Of course you can add any FREME service you need, have a look at the FREME basic-services list or the FREME e-services list. In any case, just add the maven dependency to your pom.xml and import the related spring configuration file via your package.xml by adding <import resource="classpath:spring-configurations/SPRING-CONFIGURATION-FILENAME" />.

Now you can create a binary distribution and start FREME NER.

Working with the FREME NER source code

If you want to have a look at the source code of FREME NER, check out its underlying e-service at GitHub. FREME e-services are not executable by its own, they need to be part of a FREME package like the freme-ner package. Consult the FREME architecture article to dive deeper into this topic. The following figure illustrates how FREME NER implements text enrichment.

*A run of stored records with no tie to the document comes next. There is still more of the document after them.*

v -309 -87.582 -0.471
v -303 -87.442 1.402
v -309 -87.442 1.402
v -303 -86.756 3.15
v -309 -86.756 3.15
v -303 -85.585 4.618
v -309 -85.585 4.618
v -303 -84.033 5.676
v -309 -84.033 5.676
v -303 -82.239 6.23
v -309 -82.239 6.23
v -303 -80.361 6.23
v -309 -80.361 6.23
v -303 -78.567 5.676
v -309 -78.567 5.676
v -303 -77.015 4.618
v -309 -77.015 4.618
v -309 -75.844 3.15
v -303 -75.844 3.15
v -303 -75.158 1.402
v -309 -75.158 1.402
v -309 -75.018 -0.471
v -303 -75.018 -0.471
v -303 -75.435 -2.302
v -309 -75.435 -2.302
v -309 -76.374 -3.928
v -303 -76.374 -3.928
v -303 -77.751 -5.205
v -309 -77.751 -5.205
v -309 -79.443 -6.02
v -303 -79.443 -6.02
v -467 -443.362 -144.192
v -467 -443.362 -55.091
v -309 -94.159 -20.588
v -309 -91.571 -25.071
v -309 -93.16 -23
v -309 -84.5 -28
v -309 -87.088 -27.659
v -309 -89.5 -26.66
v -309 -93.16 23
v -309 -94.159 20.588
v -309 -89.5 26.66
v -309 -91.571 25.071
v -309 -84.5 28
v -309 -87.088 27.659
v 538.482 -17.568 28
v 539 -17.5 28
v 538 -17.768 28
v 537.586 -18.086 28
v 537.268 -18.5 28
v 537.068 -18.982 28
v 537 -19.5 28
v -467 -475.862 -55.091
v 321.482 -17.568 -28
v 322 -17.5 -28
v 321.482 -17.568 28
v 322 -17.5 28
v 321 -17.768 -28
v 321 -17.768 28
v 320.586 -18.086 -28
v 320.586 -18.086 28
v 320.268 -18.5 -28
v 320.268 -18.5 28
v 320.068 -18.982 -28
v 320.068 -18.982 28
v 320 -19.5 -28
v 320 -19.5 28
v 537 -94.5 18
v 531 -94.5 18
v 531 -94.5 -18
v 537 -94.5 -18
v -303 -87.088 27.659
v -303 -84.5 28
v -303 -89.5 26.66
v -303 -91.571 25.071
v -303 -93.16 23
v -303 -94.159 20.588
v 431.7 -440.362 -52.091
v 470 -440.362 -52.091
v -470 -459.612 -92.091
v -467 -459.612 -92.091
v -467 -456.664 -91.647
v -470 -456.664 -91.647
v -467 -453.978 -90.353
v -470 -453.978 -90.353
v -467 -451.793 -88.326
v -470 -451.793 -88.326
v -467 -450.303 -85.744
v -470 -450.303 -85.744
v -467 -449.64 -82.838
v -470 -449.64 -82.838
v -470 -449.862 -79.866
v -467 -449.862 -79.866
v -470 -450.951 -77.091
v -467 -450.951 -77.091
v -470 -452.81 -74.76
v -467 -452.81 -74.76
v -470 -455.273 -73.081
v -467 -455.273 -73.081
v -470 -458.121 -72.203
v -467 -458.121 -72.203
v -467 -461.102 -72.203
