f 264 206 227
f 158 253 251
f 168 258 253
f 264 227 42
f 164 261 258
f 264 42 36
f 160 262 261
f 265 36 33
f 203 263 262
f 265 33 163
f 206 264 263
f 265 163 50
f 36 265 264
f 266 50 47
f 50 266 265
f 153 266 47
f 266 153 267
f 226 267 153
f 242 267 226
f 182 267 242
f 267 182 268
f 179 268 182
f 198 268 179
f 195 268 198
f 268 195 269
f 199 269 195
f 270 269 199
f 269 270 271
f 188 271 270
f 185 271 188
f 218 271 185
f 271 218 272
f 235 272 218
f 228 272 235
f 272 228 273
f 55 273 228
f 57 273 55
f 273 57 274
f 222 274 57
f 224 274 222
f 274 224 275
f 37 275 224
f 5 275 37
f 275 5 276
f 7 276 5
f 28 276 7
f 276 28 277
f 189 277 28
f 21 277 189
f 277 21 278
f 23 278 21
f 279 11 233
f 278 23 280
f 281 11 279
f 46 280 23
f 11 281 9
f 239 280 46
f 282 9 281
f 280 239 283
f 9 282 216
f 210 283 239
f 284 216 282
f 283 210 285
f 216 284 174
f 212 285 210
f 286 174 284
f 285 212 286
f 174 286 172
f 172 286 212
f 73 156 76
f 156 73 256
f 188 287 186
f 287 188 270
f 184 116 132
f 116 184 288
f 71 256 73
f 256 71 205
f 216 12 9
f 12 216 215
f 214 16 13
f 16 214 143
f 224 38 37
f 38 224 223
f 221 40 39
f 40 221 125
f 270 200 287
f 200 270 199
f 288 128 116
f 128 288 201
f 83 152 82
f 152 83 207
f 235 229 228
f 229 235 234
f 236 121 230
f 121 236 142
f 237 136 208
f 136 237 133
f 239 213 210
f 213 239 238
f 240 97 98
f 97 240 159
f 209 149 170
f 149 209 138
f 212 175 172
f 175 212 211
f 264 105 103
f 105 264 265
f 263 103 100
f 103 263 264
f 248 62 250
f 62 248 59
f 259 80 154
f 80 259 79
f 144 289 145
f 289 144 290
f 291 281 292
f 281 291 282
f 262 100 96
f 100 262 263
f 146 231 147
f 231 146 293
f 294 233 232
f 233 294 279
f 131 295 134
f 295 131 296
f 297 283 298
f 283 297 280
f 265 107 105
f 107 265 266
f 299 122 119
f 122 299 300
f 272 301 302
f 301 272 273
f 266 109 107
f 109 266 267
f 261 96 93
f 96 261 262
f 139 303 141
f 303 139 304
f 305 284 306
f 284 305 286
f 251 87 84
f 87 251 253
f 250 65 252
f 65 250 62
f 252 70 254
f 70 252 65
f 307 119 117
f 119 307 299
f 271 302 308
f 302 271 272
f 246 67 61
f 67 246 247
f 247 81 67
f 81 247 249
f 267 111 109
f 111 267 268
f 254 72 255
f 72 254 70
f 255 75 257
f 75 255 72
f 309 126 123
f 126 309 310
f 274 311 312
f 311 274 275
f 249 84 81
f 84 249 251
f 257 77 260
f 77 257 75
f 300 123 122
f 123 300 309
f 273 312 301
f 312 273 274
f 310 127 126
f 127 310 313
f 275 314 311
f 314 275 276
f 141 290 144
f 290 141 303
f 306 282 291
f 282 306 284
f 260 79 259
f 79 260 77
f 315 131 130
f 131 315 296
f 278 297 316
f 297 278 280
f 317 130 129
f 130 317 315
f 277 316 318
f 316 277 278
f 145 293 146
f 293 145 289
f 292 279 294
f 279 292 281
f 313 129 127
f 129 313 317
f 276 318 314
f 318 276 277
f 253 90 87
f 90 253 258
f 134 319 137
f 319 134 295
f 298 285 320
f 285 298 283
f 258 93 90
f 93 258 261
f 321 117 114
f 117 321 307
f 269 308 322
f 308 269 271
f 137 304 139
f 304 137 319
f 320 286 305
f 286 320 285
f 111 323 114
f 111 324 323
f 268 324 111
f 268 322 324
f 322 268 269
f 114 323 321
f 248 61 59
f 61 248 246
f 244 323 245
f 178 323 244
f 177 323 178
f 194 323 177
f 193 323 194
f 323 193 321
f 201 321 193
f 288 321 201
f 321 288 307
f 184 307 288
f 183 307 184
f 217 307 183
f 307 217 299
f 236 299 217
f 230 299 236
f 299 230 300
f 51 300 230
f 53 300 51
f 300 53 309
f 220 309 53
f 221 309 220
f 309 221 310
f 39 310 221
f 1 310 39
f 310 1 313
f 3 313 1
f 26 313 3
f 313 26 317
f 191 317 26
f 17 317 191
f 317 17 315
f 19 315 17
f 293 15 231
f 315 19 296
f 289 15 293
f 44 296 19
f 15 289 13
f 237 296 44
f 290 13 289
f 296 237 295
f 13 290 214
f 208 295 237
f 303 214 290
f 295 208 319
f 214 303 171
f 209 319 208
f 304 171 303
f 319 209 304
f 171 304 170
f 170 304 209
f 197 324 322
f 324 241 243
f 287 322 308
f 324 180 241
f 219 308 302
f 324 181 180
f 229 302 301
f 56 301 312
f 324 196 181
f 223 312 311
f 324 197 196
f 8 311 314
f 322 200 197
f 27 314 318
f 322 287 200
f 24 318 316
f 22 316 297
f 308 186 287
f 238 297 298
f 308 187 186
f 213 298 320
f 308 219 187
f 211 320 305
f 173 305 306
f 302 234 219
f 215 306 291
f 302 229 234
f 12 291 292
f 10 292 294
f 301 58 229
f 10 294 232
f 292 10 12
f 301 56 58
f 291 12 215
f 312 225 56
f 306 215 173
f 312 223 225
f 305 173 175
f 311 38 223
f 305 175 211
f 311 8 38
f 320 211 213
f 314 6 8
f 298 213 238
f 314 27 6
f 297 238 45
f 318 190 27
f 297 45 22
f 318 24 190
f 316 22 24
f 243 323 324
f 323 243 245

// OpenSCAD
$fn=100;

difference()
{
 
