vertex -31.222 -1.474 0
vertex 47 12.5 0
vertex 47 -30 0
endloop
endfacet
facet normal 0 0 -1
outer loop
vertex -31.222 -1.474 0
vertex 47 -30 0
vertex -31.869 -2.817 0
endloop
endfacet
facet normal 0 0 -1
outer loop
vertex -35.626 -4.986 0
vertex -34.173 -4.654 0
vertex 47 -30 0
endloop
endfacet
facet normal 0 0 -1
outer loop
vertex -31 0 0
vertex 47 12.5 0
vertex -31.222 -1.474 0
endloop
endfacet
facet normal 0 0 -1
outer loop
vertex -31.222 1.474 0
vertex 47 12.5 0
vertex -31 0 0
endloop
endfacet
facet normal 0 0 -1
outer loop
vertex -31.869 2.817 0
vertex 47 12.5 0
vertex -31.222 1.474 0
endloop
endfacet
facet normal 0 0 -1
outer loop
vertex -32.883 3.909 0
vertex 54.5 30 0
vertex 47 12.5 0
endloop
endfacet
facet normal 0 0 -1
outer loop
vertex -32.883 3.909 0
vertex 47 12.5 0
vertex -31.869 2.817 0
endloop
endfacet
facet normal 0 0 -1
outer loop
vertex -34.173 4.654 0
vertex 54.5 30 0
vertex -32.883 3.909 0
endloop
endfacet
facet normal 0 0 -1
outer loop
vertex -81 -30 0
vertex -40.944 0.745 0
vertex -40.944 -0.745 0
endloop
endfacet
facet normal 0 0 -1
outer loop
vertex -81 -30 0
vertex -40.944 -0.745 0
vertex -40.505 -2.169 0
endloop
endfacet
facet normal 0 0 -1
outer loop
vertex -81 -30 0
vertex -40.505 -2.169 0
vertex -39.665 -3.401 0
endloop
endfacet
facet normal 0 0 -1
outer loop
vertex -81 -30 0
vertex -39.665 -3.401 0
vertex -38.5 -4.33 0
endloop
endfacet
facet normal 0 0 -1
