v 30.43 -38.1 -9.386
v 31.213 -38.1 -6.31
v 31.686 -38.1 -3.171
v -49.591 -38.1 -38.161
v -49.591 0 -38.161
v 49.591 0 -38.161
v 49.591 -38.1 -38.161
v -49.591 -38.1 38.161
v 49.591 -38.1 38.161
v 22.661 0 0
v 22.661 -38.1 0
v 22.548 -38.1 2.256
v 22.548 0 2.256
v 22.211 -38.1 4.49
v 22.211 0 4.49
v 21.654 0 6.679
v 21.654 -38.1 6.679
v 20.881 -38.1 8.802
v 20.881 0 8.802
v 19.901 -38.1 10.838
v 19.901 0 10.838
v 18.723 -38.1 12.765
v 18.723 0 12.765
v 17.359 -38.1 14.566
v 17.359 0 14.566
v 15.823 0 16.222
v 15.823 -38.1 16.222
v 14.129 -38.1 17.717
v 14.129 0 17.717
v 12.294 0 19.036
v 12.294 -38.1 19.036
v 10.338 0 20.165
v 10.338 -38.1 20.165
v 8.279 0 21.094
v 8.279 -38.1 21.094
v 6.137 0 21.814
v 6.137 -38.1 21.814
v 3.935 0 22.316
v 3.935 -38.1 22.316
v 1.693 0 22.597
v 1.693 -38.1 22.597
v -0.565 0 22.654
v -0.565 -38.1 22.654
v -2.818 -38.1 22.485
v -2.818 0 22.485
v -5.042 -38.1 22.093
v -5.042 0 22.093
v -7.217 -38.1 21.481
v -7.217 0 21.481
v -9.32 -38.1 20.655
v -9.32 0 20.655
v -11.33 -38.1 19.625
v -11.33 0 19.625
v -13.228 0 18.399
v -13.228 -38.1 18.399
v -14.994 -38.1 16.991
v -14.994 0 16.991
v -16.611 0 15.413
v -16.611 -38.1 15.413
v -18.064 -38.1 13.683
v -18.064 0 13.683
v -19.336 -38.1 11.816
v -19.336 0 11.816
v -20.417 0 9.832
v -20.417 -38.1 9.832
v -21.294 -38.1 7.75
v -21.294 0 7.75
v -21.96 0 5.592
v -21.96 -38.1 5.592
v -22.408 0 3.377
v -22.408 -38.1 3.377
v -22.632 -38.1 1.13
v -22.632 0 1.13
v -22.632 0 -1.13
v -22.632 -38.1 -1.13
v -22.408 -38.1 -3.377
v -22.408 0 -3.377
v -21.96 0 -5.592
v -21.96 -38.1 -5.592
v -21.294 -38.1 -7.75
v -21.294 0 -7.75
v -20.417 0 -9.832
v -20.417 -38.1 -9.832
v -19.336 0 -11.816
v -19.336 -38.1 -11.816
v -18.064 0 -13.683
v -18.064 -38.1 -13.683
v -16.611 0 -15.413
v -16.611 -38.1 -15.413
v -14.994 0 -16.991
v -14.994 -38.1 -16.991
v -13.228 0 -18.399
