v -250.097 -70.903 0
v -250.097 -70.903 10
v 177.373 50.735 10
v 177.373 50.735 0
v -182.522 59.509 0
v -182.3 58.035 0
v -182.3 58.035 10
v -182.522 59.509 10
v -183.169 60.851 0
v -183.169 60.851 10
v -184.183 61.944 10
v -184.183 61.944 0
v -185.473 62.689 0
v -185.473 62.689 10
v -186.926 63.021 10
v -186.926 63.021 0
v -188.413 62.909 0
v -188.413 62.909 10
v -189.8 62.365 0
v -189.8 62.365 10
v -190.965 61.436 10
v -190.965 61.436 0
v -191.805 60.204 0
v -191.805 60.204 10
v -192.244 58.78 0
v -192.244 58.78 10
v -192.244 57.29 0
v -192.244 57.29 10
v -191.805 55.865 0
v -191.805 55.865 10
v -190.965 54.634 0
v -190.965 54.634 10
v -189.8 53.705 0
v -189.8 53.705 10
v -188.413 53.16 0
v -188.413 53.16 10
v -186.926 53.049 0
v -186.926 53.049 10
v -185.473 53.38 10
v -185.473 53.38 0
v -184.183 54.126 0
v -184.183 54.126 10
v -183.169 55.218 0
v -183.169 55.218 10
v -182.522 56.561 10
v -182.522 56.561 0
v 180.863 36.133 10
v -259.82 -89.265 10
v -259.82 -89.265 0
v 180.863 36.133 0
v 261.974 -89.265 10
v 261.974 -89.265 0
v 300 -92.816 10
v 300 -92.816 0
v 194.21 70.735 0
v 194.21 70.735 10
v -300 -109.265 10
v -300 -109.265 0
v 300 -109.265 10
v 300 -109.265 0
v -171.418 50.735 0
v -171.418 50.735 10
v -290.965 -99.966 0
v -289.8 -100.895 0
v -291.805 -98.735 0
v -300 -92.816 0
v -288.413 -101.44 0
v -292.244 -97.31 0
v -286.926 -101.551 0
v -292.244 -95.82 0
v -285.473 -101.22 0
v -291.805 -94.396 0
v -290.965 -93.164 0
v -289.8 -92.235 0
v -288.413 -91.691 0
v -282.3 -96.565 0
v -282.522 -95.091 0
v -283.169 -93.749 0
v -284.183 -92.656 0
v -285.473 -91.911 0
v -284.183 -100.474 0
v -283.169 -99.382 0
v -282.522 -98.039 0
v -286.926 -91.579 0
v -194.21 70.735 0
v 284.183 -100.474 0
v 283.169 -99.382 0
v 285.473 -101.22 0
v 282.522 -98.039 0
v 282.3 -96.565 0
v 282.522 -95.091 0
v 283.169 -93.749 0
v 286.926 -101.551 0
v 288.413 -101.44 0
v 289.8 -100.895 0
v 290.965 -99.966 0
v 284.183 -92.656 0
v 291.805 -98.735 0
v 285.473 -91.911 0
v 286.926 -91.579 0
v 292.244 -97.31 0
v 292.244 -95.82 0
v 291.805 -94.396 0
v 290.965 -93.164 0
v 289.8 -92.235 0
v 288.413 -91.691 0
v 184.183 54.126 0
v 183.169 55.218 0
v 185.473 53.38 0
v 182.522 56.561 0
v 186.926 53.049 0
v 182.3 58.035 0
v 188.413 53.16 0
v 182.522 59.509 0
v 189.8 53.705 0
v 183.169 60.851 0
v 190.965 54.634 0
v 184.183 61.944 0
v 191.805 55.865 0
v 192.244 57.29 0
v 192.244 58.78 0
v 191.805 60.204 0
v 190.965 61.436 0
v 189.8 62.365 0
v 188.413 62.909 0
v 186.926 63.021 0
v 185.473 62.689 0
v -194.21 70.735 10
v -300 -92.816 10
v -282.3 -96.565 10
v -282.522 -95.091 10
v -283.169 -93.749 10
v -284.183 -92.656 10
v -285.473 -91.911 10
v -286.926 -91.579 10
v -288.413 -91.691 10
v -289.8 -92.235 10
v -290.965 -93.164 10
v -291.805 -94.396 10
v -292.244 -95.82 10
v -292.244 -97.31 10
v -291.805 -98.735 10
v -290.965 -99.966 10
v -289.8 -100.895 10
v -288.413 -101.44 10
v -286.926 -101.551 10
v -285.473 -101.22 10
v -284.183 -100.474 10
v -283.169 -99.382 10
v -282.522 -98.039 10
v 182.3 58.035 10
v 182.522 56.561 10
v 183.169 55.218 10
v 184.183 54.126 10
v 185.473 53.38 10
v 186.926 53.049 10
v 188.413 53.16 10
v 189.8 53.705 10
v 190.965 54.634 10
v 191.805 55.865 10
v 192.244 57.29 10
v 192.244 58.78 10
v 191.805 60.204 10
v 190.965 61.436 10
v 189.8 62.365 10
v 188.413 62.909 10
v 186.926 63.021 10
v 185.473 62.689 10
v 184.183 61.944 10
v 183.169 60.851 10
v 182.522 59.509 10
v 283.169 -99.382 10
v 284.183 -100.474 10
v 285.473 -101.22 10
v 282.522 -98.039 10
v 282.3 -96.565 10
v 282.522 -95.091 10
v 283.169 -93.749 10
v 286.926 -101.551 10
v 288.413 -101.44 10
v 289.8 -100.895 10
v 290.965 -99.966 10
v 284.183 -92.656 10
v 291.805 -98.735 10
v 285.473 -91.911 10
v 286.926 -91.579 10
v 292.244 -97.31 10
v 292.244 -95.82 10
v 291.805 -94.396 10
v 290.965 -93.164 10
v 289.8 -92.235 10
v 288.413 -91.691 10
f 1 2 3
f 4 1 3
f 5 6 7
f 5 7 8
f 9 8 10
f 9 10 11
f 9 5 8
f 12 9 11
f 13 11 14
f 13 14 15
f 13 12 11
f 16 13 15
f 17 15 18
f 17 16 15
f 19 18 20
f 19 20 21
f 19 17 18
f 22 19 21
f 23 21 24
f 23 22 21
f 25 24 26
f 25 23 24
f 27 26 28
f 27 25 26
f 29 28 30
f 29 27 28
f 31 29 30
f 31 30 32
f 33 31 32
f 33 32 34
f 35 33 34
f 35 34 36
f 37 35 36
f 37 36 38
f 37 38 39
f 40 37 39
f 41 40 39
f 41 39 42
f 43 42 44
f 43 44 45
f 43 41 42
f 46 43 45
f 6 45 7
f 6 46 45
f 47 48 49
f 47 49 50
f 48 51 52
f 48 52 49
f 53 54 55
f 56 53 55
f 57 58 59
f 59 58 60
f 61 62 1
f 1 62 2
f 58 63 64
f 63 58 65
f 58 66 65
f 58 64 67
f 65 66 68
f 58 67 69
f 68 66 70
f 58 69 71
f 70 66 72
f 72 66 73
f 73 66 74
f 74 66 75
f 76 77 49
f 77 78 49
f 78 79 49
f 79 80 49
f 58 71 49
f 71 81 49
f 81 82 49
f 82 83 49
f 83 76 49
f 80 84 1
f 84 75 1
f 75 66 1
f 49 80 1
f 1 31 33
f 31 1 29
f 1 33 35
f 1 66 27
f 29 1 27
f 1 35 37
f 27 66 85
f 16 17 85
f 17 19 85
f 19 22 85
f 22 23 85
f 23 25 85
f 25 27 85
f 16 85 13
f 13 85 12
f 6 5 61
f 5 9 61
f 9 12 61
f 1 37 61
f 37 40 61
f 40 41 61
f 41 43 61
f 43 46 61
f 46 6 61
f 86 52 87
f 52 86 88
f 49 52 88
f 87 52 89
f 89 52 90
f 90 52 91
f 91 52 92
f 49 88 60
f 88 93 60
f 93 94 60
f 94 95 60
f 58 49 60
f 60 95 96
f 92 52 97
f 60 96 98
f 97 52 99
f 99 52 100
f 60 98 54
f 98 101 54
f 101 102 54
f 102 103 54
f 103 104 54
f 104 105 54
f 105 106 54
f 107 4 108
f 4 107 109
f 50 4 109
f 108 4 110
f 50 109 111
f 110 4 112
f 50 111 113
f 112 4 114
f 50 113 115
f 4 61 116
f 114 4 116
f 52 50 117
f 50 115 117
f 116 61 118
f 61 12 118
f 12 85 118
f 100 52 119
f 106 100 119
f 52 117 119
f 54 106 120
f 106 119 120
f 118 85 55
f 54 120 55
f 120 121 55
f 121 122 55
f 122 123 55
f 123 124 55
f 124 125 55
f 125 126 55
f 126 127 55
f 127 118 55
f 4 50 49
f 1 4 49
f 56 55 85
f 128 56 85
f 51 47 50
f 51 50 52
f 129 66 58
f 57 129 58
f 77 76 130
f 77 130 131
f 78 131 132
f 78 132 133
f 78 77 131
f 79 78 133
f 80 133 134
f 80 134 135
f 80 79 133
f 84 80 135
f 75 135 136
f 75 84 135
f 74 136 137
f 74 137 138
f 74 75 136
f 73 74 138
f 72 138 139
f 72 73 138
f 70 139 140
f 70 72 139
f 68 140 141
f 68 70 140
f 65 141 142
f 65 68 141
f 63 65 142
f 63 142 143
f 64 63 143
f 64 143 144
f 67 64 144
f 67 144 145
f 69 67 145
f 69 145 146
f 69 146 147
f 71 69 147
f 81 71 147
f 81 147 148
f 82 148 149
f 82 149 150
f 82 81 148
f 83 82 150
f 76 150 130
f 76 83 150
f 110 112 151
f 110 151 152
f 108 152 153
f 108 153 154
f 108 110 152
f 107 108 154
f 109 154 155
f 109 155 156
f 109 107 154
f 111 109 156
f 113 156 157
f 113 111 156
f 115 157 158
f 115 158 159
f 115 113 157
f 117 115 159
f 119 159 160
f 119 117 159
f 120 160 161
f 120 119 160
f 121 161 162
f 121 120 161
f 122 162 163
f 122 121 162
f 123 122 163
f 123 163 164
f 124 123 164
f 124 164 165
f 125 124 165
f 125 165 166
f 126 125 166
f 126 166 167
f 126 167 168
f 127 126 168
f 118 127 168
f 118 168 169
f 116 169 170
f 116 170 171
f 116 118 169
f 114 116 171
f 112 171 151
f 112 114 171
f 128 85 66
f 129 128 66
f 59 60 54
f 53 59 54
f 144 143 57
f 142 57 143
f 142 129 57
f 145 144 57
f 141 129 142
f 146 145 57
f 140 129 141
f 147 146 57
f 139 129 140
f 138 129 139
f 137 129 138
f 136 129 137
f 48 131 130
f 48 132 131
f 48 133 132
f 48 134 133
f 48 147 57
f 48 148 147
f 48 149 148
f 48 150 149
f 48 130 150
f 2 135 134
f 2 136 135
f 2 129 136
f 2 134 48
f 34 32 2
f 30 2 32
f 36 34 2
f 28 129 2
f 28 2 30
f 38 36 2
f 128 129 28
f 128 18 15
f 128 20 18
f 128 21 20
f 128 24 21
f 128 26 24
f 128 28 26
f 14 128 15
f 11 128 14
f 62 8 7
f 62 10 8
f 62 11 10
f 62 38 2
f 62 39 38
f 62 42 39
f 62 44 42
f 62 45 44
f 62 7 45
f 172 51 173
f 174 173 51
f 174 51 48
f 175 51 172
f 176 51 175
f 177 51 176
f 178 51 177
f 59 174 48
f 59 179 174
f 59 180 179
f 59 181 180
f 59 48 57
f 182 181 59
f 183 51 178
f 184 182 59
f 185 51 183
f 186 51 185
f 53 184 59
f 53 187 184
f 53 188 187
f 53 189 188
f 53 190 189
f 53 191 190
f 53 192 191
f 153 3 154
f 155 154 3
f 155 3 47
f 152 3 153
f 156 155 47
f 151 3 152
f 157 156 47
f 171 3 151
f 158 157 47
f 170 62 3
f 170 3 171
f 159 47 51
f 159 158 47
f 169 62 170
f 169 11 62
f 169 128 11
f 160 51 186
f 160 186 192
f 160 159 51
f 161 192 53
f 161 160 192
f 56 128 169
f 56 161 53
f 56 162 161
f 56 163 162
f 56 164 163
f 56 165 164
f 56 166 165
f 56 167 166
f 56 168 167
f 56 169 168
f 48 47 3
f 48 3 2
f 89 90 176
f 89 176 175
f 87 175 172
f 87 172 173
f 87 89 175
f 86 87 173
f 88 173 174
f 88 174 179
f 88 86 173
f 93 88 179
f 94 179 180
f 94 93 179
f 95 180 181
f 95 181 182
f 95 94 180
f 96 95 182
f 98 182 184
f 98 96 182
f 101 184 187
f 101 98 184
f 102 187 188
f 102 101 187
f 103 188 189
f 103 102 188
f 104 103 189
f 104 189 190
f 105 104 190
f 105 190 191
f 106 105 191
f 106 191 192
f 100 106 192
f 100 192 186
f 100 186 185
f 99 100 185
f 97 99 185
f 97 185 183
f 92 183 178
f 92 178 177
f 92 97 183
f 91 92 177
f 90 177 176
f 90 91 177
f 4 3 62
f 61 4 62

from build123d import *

# Parameters (mm, degrees)
SKETCH1_R           = 5
BOSS_EXTRUDE1_DEPTH = 10
CUT_EXTRUDE1_DEPTH  = 320.43525409


with BuildPart() as part:
    # Sketch1 → Boss-Extrude1 (new body)
    with BuildSketch(Plane.XY):
        Polygon((300, -109.265189129), (300, -92.815809214), (194.210465663, 70.734810871), (-194.210465663, 70.734810871), (-300, -92.815809214), (-300, -109.265189129), align=None)
        with Locations((-187.3, 58.034810871)):
            Circle(SKETCH1_R, mode=Mode.SUBTRACT)
        with Locations((-287.3, -96.565189129)):
            Circle(SKETCH1_R, mode=Mode.SUBTRACT)
        with Locations(Location((287.3, -96.565189129, 0), (0, 0, 180))):
            Circle(SKETCH1_R, mode=Mode.SUBTRACT)
        with Locations(Location((187.3, 58.034810871, 0), (0, 0, 180))):
            Circle(SKETCH1_R, mode=Mode.SUBTRACT)
    extrude(amount=BOSS_EXTRUDE1_DEPTH)

    # Sketch2 → Cut-Extrude1 (cut, through all)
    with BuildSketch(Plane.XY.offset(10)):
        Polygon((180.863413893, 36.132549959), (261.974499978, -89.265189129), (-259.820043515, -89.265189129), align=None)
        Polygon((-250.097346147, -70.903109306), (177.373034147, 50.734810871), (-171.418225722, 50.734810871), align=None)
    extrude(amount=-CUT_EXTRUDE1_DEPTH, mode=Mode.SUBTRACT)


solid = part.part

Image of how freme-ner enrichment is implemented

Tips

Speed up the processing

Not always one need to perform entity spotting, linking and classification. In some cases a user might be interested only in spotting the entity mentions, while in some cases, spotting the entity mentions and linking them to a specified dataset. FREME NER provides the mode parameter which can be used to instruct FREME NER on the level of processing, e.g. by setting mode=spot,link, FREME NER will spot and link entites. If the parameter is set to mode=spot,link,classify it will perform entity spotting, linking and classification. Following combinations are possible: 1) spot; 2) spot,classify; 3) spot,link; 4) spot,link,classify; 5) link; and 6) link. You can this feature via the client at our API documentation page.

Linking of single entities

In some cases, a user might want to disambiguage and retrieve a link for an entity from a specified dataset. Such feature is also possible with FREME NER. In order to perform linking of a single entity, a user should set mode=link and informat=text and sent as input the name of the entity. FREME NER will disambiguate and link the entity to the specified dataset.

Understand why some entites are not spotted?

Sometimes users might wonder why some entities in texts such as “hello world abc berlin” are not spotted - “berlin” not spotted as an entity. Note that such behaviour is related to the trained model for entity spotting. Our entity spotting models have been trained on clean text which means correct grammar, correct spelling (including capitalization), correct punctuation marks, no HTML or XML markup, etc. Therefore, the entity spotting will work most precisely, if clients submit “clean” and “proper” texts.